Les élections européennes achevées, un nouveau président de la Commission européenne doit être désigné pour remplacer Manuel Barroso. Les chefs d’Etat et de gouvernement proposeront un nom à l’issu d’une réunion les 26 et 27 juin qui sera ensuite soumis pour ratification (ou non) au Parlement européen. Le Parti Populaire Européen (PPE) qui dispose du groupe parlementaire le plus important avait désigné comme candidat Jean-Claude Juncker. Mais le choix de l’ex-premier ministre luxembourgeois est loin d’être assuré, et d’autres noms pourrait émerger. Le traité de Lisbonne, le permet, celui-ci indique en effet que le choix doit se faire «en tenant compte des élections au Parlement européen» , ce qui est bien vague.
Entre Juncker, Michel Barnier ou Christine Lagarde éventuellement un ou une autre, la gauche radicale a-t-elle un candidat ? Cela n’a rien d’évident. Dans une lettre aux parlementaires de son groupe (GUE/NGL), Jean-Luc Mélenchon a récusé tout soutien au candidat du PPE : « Notre groupe ne doit être engagé d’aucune manière dans cette logique institutionnelle conduisant à soutenir directement ou indirectement un candidat de droite à la présidence de la Commission ».

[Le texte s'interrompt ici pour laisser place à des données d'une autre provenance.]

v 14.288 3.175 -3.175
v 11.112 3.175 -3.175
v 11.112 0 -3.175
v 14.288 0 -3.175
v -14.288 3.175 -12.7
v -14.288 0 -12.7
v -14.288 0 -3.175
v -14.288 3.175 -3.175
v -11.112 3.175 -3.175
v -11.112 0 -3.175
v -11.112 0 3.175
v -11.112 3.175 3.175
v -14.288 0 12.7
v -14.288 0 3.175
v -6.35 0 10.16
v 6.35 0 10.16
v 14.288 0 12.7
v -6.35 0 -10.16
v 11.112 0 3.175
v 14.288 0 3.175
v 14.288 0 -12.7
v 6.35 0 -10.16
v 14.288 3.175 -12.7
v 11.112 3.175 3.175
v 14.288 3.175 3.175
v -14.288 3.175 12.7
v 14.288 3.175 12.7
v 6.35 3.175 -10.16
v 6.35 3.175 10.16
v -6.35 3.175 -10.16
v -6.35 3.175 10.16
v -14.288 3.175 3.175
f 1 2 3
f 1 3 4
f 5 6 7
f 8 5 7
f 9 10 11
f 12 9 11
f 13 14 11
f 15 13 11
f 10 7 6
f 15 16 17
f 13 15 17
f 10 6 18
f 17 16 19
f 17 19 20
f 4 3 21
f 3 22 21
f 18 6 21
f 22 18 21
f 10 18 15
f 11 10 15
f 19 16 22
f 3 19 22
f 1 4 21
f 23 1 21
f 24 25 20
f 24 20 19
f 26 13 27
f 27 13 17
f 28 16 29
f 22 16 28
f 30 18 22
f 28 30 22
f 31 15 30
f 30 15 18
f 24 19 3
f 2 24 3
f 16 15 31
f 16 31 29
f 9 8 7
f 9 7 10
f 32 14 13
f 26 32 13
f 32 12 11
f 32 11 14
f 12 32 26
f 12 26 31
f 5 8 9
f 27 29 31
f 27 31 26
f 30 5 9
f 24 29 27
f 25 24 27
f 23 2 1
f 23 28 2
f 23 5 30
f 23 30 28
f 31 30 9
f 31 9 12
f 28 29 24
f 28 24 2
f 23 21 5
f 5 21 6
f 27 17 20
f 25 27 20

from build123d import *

# Parameters (mm, degrees)
SKETCH1_W           = 12.7
SKETCH1_H           = 20.32
BOSS_EXTRUDE1_DEPTH = 3.175


with BuildPart() as part:
    # Sketch1 → Boss-Extrude1 (new body)
    with BuildSketch(Plane(origin=(0, 0, 0), x_dir=(1, 0, 0), z_dir=(0, 1, 0))):
        Polygon((-14.2875, 3.175), (-11.1125, 3.175), (-11.1125, -3.175), (-14.2875, -3.175), (-14.2875, -12.7), (14.2875, -12.7), (14.2875, -3.175), (11.1125, -3.175), (11.1125, 3.175), (14.2875, 3.175), (14.2875, 12.7), (-14.2875, 12.7), align=None)
        Rectangle(SKETCH1_W, SKETCH1_H, mode=Mode.SUBTRACT)
    extrude(amount=BOSS_EXTRUDE1_DEPTH)


solid = part.part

Pourtant Alexis Tsipras dans le cours de la campagne des européennes, puis Pierre Khalfa dans une récente tribune nous enjoignent de soutenir la candidature de Jean Claude Juncker pour des motifs démocratiques. Ce dernier conclut ainsi son propos : « Ce serait un coin enfoncé dans une conception de l’Europe qui donne tout pouvoir aux gouvernements, ceux-ci décidant à Bruxelles entre eux, et sans aucun débat démocratique, des politiques qu’ils mènent dans leurs pays. »

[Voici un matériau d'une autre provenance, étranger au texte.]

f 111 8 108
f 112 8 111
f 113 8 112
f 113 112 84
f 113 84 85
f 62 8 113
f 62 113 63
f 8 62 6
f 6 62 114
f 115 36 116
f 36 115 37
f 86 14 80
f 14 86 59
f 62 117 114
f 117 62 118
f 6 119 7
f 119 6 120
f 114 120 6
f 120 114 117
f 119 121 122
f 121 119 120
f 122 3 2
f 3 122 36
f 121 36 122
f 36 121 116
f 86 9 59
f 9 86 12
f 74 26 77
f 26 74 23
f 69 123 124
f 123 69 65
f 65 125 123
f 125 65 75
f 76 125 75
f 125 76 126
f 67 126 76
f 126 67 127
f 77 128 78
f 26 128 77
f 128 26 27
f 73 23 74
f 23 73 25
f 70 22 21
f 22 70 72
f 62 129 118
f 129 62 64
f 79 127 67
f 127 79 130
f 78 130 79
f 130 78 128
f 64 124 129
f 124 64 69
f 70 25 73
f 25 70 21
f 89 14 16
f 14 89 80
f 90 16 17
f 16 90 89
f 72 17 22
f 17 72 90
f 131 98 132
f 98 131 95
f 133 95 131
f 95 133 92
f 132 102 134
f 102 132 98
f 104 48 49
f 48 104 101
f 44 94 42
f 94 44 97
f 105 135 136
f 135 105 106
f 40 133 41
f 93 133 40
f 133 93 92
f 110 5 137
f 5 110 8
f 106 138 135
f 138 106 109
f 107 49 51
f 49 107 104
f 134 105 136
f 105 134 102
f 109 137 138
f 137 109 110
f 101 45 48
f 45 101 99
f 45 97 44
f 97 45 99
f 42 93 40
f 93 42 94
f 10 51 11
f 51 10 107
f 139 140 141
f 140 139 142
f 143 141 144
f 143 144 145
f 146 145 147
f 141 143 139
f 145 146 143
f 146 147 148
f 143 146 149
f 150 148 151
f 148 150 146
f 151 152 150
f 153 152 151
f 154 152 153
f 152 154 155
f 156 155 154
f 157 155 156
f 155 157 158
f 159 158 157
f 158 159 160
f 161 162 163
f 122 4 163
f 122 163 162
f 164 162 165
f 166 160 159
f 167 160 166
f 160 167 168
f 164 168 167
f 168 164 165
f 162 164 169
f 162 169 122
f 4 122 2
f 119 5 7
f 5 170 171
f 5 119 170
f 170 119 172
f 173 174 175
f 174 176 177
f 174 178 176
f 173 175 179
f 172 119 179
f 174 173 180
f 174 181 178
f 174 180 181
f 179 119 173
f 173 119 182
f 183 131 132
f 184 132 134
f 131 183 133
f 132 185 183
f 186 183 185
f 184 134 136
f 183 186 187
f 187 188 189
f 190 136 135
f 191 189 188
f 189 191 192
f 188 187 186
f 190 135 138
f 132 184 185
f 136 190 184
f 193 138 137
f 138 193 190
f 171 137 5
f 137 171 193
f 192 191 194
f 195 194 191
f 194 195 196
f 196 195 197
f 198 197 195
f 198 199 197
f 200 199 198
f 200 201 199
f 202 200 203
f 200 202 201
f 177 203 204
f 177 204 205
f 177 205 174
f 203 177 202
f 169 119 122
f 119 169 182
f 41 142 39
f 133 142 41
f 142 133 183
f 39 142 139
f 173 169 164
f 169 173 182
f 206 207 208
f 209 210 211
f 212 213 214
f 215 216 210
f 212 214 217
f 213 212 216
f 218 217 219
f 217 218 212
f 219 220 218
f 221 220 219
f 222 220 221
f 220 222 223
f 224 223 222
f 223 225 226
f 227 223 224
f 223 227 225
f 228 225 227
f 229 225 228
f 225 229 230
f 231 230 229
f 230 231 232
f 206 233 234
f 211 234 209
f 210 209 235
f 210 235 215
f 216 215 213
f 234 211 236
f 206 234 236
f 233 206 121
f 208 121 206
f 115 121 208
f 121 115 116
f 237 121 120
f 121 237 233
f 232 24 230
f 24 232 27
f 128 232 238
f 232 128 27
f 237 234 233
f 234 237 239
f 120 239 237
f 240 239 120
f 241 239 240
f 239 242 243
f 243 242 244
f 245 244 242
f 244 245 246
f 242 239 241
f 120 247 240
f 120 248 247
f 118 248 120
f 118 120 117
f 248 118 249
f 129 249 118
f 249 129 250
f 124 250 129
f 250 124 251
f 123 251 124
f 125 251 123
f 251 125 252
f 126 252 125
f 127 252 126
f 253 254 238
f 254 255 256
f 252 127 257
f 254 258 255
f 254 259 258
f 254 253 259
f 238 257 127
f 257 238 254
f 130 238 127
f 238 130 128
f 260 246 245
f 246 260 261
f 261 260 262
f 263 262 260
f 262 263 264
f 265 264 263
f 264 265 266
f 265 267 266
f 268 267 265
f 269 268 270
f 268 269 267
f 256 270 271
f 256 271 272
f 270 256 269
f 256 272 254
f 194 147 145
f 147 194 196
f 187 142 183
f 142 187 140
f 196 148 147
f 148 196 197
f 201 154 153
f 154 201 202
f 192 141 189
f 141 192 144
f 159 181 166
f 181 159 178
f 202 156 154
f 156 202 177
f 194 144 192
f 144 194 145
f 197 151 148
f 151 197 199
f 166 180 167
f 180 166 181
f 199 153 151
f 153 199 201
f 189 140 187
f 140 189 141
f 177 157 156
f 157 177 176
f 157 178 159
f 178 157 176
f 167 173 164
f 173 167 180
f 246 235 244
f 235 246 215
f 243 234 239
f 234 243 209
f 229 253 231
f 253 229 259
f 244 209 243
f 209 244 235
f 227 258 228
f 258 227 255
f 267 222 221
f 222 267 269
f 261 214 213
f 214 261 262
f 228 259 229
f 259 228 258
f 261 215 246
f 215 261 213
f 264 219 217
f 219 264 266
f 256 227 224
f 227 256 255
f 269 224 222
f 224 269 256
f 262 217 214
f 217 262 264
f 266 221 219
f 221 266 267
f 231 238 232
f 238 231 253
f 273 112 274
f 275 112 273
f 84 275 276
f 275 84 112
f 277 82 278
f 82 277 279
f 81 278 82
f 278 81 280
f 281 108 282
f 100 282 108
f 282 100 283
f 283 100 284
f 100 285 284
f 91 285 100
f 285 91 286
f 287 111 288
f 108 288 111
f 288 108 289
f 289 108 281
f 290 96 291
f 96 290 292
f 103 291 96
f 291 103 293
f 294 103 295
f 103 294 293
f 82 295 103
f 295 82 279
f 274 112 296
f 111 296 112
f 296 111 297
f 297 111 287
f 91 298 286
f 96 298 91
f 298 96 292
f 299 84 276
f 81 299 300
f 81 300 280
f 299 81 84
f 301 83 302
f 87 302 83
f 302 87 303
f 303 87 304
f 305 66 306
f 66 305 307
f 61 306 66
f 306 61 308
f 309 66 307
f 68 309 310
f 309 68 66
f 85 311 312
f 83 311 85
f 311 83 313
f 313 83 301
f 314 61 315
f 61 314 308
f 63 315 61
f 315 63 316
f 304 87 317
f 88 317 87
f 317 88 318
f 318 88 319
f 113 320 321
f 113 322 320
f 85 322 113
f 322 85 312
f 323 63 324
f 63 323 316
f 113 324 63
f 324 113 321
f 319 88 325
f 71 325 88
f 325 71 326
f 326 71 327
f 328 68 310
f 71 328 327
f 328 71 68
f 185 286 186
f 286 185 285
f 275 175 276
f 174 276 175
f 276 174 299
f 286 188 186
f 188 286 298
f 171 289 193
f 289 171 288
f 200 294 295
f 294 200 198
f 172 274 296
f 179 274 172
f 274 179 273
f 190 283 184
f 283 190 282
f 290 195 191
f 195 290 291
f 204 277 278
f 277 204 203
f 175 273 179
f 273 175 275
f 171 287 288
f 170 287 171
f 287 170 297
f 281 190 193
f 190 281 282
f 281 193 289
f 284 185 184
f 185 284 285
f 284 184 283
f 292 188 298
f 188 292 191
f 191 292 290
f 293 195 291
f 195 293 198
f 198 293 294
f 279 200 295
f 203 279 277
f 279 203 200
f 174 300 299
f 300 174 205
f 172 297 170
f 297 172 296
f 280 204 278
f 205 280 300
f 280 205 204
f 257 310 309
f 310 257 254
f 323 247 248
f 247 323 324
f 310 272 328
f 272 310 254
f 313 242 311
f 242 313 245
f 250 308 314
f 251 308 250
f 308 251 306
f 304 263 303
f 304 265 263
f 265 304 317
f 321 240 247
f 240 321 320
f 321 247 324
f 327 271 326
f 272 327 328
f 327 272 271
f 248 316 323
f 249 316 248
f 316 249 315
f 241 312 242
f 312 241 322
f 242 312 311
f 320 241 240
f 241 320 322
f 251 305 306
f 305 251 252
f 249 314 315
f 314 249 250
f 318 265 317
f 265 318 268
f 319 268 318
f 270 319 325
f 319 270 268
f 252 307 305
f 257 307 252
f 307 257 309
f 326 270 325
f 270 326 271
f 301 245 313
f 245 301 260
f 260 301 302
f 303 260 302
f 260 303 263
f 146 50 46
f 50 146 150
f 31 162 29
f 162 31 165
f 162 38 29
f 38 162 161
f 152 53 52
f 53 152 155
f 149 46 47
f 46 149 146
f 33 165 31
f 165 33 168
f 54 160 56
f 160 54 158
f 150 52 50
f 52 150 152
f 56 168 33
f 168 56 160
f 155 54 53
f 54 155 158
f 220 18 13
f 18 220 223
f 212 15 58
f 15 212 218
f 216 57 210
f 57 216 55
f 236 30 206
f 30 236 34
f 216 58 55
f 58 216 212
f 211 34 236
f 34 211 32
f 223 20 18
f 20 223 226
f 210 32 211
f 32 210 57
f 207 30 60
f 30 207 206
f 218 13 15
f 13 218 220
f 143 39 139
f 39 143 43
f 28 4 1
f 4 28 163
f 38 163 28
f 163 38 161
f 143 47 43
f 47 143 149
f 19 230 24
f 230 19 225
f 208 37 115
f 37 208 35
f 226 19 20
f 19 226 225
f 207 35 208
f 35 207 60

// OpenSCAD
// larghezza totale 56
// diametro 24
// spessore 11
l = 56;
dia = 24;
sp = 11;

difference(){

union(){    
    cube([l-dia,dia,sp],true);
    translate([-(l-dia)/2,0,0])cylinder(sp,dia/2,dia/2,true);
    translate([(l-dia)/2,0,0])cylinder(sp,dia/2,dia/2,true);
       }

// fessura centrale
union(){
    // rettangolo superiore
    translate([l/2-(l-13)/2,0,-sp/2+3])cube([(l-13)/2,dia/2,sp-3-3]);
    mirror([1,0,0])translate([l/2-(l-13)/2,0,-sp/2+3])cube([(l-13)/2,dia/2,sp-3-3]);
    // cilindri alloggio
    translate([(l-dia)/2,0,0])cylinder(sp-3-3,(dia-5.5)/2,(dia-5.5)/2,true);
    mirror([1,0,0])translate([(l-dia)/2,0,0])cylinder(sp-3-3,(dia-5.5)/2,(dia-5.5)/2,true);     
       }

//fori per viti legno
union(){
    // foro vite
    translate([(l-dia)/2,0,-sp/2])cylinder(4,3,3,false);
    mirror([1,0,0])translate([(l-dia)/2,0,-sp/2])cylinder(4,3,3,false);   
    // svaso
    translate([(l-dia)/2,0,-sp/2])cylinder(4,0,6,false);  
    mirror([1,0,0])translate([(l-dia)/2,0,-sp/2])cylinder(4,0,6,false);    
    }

L’argument paraît bien faible, d’abord pour des raisons d’opportunités. Par millions les européens viennent d’exprimer leur immense défiance vis à vis de la Communauté européenne. Par une abstention massive, par un vote dévoyé au profit de formations populistes et racistes voire ouvertement fascistes et dans une moindre mesure en apportant leurs suffrages à des partis de la gauche radicale, les peuples européens ont exprimé que tout simplement ils n’en peuvent plus. Et la bonne idée, les élections tout juste achevées, seraient d’aller soutenir un des principaux protagonistes des politiques libérales en Europe ? Ce serait absolument incompréhensible.
La défense d’une telle position au nom d’un rééquilibrage entre gouvernements et Parlement européen au profit de ce dernier paraît bien étrange. D’abord parce que l’éventuelle distorsion entre ces deux structures reste pour le moins à démontrer. Les deux principaux groupes, PPE et PSE, ont fait en sorte que tous les traités soit toujours avalisés par le Parlement. Certes le traité de Lisbonne a ouvert la voie d’un choix du président de la Commission qui pourrait passer par les électeurs eux-mêmes. Mais ce traité est surtout celui qui a permis d’instaurer l’essentiel du Traité Constitutionnel Européen malgré le refus de plusieurs pays dont la France en 2005 par référendum. Nous ne reconnaissons pas ce traité.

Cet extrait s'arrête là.